Start of RECORDS

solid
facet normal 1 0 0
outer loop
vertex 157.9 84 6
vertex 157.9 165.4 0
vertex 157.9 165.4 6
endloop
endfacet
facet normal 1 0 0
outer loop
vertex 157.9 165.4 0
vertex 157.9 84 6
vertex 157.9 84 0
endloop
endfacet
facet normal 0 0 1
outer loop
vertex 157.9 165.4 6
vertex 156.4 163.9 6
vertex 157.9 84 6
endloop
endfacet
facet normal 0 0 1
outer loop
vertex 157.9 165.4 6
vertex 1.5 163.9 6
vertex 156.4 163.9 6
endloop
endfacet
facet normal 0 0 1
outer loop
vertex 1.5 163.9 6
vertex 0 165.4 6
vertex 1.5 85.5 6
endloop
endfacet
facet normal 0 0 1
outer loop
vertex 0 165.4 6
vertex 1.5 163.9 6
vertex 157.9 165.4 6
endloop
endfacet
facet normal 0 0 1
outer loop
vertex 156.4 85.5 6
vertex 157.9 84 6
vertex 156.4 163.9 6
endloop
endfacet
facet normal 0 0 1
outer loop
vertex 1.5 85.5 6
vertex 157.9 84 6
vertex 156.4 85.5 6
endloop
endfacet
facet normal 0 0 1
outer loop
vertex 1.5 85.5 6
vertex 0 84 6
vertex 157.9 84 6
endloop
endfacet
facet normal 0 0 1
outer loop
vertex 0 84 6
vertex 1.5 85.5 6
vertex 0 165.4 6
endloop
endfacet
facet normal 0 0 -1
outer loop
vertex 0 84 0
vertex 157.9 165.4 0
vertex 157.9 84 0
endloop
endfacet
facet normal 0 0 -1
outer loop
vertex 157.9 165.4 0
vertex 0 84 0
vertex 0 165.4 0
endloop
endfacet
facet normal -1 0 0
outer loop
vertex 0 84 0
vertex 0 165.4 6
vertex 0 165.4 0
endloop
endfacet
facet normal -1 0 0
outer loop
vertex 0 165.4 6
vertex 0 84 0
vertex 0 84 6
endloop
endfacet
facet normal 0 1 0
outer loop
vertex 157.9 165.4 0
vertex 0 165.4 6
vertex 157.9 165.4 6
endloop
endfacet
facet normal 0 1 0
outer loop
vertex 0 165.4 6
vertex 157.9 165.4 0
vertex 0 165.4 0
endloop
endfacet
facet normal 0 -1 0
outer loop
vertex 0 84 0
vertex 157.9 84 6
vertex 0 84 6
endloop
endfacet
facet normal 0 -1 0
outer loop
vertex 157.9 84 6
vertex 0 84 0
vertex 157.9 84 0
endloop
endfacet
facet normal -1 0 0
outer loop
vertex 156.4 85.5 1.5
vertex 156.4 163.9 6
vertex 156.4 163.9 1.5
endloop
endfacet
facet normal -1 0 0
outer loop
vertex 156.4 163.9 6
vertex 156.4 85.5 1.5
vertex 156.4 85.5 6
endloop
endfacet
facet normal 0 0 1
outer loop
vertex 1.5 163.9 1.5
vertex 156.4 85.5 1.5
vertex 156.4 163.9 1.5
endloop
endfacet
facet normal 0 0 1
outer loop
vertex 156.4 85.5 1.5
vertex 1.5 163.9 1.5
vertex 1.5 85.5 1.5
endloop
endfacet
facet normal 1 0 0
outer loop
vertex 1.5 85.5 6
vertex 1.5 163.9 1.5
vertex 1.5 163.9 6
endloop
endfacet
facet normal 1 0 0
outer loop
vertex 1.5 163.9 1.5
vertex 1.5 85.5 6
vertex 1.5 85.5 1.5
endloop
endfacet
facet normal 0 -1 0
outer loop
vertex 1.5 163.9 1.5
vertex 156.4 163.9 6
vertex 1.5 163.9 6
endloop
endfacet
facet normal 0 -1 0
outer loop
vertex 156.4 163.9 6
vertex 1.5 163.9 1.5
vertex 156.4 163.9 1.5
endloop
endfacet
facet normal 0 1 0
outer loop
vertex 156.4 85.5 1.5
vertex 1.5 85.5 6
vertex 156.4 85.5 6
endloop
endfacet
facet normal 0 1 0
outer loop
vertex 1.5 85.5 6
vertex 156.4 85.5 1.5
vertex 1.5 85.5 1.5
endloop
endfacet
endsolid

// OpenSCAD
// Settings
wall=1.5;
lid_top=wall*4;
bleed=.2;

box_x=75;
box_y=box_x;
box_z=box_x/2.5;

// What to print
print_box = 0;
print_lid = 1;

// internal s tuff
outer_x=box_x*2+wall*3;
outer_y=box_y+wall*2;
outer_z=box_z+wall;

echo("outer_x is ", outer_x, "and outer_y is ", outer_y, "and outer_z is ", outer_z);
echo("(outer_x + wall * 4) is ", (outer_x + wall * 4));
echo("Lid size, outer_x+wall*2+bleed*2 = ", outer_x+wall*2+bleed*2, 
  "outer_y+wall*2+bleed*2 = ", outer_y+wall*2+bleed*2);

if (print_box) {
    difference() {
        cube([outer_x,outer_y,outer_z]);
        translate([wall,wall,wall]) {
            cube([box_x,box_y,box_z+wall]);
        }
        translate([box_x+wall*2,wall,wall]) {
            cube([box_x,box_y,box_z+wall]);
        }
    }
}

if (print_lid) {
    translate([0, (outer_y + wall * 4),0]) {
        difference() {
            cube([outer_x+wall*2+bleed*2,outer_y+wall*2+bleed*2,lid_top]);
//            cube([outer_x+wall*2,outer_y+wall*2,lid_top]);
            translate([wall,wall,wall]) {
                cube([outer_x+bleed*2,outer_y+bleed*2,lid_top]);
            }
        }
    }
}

End of RECORDS
Start of RECORDS

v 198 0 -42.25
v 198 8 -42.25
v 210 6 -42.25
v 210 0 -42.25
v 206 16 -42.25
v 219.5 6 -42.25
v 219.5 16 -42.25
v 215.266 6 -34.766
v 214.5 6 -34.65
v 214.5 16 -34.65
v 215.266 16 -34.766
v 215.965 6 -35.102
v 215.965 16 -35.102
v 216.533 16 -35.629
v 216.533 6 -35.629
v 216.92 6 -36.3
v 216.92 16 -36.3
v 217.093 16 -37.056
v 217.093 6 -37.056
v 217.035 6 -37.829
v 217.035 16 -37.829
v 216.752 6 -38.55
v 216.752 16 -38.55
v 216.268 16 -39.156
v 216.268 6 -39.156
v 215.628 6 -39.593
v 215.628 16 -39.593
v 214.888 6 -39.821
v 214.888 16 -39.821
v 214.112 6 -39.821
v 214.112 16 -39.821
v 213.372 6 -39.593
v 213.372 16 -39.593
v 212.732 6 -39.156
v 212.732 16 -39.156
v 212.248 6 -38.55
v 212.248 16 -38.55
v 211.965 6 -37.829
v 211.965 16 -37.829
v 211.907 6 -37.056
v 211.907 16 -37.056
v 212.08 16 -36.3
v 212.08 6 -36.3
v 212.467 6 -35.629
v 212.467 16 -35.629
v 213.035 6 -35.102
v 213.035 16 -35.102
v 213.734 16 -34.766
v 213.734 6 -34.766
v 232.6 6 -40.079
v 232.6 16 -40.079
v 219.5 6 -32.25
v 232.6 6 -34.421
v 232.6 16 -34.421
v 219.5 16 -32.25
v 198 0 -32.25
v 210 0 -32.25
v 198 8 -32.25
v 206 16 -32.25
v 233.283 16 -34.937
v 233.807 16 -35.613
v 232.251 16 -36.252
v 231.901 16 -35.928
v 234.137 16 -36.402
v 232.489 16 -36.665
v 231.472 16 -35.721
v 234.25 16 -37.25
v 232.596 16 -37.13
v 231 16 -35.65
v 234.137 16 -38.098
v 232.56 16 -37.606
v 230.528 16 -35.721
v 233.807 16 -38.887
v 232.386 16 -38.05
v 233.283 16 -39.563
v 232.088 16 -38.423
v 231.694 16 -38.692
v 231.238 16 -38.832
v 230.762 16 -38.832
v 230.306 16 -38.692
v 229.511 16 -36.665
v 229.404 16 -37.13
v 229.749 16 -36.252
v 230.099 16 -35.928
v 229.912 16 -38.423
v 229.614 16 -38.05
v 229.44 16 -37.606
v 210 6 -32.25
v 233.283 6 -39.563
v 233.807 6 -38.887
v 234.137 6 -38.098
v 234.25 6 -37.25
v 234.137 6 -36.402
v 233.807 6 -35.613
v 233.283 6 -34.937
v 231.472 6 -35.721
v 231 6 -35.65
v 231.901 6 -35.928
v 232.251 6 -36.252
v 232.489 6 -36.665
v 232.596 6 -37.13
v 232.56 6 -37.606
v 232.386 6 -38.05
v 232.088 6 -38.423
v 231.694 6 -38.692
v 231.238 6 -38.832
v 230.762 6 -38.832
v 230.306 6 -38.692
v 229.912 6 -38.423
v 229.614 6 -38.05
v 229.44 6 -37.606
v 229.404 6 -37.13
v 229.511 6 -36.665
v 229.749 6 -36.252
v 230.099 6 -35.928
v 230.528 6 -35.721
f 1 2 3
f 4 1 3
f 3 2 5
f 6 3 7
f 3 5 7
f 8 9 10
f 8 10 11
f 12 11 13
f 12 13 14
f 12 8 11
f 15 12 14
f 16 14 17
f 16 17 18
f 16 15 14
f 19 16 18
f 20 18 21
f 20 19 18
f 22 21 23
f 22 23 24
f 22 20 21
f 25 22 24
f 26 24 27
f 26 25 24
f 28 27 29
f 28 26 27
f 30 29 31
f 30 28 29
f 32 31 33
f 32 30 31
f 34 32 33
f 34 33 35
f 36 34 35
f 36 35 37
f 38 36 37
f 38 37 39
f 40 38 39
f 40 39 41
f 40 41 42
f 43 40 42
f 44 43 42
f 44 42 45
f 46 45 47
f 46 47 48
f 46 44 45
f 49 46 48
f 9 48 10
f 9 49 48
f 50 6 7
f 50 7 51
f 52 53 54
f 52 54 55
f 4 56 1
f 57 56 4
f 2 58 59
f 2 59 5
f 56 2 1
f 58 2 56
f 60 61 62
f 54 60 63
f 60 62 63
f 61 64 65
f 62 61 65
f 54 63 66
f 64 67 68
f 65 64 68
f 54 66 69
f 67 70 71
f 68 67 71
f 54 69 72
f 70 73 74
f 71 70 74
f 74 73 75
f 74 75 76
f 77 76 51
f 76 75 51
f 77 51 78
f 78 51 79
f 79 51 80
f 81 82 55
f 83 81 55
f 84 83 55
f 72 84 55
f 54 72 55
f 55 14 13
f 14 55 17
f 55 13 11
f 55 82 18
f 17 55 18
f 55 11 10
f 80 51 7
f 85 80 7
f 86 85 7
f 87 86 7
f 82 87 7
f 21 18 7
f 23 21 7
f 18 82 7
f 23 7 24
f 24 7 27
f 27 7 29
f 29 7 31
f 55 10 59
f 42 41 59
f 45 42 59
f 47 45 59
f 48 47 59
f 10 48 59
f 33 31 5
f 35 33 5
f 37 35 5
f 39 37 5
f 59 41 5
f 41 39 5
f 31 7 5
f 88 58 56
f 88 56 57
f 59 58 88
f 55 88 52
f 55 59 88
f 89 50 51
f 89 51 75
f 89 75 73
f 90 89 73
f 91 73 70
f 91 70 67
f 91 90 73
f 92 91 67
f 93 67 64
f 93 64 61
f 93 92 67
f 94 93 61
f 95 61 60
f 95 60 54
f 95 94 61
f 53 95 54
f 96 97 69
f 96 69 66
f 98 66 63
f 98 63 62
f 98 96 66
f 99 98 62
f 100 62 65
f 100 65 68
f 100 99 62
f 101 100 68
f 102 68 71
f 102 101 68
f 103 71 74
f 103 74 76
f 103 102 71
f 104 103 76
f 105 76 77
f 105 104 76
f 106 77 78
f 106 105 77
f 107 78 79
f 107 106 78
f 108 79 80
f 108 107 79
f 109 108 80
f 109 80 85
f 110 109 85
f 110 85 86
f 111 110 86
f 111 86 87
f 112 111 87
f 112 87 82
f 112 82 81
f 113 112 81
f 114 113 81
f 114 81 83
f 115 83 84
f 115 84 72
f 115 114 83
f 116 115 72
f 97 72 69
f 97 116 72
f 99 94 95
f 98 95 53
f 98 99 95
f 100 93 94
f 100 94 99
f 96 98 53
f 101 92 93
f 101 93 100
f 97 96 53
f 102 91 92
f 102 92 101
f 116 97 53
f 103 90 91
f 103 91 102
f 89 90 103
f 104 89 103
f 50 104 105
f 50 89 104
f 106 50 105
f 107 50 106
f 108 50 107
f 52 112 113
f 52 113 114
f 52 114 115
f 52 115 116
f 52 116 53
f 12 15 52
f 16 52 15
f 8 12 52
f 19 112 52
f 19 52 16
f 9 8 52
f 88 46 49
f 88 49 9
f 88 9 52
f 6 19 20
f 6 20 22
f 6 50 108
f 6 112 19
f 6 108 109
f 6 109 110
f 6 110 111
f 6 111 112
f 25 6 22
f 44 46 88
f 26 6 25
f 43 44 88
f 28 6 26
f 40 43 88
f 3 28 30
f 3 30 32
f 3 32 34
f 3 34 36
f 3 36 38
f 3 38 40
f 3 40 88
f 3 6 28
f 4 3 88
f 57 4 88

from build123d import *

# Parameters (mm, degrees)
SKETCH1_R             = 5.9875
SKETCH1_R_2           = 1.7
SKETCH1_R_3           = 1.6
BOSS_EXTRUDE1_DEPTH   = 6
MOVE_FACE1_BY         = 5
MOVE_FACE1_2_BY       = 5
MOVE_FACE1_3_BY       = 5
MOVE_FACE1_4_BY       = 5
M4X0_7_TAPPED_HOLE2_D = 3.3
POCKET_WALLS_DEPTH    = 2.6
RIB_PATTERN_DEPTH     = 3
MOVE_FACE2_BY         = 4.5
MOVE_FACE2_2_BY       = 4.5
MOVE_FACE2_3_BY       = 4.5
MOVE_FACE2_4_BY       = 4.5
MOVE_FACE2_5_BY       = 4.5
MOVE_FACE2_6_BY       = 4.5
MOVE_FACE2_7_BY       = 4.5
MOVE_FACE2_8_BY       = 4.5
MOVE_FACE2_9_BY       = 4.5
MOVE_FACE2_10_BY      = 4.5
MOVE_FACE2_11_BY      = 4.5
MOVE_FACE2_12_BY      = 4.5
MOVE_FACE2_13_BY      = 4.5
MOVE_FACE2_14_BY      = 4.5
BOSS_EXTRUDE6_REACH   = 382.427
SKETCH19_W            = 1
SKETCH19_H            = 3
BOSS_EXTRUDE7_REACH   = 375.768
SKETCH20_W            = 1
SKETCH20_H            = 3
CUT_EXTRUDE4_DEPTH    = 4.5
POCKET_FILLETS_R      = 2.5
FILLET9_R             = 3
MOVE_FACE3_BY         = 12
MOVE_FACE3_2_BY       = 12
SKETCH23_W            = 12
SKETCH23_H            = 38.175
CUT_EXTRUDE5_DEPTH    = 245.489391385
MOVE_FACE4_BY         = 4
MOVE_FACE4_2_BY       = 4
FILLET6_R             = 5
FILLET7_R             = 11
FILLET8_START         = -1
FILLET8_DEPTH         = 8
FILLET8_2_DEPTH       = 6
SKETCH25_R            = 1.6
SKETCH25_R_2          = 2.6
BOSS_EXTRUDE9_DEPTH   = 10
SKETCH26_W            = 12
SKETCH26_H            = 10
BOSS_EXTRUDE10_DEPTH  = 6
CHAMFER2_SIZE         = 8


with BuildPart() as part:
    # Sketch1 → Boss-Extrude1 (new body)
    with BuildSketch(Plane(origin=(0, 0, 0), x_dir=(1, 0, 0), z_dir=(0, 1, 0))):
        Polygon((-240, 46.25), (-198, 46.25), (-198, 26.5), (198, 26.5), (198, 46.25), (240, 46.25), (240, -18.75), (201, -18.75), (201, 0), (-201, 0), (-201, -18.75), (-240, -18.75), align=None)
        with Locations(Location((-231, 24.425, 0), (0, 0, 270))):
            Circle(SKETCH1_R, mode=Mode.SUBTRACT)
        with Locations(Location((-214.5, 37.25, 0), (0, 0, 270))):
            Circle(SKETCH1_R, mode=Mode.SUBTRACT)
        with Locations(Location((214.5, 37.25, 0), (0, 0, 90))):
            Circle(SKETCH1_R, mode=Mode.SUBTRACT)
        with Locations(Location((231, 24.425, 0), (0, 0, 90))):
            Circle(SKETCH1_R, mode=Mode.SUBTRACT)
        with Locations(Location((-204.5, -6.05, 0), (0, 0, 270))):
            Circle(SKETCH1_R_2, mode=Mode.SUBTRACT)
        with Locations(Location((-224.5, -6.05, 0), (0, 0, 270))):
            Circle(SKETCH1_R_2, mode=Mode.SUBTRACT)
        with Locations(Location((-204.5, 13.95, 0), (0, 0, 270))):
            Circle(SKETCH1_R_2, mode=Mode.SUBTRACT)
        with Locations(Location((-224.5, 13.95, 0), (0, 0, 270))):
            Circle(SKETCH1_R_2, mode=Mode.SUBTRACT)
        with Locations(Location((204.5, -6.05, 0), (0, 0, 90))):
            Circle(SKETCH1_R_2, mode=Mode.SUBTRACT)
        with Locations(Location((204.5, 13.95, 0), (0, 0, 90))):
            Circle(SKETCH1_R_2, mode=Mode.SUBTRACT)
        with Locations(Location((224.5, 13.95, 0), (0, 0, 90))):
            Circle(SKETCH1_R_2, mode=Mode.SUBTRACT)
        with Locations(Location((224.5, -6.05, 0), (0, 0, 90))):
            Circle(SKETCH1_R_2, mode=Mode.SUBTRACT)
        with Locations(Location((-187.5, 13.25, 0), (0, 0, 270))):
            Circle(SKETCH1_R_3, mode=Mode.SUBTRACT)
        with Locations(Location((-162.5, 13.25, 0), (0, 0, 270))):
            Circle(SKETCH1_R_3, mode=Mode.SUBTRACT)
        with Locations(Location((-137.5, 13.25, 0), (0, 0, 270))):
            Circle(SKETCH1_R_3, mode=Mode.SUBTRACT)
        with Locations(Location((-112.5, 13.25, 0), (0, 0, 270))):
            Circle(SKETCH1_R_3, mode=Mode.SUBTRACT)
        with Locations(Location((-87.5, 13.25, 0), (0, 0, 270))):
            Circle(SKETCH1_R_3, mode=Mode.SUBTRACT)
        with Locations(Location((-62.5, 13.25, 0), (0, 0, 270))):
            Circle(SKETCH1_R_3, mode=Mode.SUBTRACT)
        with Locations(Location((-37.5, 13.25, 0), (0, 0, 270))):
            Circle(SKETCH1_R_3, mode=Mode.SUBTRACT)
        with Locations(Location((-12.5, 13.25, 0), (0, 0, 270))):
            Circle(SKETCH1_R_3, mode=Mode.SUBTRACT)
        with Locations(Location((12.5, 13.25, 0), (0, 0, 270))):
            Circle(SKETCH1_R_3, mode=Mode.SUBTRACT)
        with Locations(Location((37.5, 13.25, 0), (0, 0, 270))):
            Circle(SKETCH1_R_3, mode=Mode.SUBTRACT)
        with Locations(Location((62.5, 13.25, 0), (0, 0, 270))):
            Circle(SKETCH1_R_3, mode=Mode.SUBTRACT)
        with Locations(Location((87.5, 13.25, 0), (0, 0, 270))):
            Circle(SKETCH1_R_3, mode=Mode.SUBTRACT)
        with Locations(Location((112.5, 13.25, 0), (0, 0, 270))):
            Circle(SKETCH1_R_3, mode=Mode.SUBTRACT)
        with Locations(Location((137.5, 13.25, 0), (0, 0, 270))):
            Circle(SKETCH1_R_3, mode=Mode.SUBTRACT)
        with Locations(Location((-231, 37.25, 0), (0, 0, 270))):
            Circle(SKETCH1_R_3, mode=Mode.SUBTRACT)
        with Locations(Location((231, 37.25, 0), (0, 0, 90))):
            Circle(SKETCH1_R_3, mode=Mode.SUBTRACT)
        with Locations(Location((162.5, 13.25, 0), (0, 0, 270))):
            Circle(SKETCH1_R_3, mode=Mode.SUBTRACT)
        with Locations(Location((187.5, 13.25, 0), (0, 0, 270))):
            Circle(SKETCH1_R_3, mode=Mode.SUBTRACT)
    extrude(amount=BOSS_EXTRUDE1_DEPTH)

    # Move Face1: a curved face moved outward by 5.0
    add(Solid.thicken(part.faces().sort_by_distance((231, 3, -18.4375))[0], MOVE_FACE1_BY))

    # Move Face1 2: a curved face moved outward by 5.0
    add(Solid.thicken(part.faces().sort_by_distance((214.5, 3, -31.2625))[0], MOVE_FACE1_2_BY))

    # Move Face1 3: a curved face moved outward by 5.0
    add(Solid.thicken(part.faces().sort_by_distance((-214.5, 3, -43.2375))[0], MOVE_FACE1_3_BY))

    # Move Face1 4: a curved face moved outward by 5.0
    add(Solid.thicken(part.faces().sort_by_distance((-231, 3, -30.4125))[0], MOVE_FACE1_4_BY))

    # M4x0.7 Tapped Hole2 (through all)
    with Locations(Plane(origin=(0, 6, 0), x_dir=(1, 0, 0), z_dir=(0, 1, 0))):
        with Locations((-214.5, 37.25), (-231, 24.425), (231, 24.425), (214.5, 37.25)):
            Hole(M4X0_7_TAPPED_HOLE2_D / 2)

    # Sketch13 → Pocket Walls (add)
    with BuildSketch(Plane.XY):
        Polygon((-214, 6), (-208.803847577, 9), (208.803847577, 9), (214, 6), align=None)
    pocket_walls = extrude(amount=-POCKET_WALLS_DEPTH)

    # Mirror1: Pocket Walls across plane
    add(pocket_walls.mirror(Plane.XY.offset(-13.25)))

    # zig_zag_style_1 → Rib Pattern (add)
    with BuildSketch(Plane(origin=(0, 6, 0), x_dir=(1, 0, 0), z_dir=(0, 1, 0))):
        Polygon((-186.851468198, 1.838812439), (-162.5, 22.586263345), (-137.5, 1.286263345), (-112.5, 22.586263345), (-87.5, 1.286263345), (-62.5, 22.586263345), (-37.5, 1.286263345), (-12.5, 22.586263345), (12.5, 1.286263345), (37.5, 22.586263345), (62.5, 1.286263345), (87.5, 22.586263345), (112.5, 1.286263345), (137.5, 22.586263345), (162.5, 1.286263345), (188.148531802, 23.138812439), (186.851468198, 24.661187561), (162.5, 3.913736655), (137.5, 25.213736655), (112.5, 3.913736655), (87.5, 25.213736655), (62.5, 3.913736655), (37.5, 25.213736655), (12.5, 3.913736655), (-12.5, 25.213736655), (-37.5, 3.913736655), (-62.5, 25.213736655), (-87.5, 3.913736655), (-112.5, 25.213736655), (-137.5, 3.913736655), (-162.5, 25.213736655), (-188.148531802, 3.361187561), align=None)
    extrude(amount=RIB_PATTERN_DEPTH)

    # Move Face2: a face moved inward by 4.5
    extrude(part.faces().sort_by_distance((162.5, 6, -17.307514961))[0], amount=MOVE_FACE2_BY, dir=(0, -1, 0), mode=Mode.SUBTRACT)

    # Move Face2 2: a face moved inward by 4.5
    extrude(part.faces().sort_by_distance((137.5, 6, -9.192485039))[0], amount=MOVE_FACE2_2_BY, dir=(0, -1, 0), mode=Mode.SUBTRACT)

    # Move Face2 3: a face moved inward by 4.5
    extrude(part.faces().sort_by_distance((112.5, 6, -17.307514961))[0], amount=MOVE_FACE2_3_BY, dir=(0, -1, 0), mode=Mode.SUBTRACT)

End of RECORDS

Set down only the lines above that fall between the line holding "v 229.749 16 -36.252" and the line holding "v 232.251 6 -36.252", inclusive, keeping each exact.

### TASK SOLUTION
v 229.749 16 -36.252
v 230.099 16 -35.928
v 229.912 16 -38.423
v 229.614 16 -38.05
v 229.44 16 -37.606
v 210 6 -32.25
v 233.283 6 -39.563
v 233.807 6 -38.887
v 234.137 6 -38.098
v 234.25 6 -37.25
v 234.137 6 -36.402
v 233.807 6 -35.613
v 233.283 6 -34.937
v 231.472 6 -35.721
v 231 6 -35.65
v 231.901 6 -35.928
v 232.251 6 -36.252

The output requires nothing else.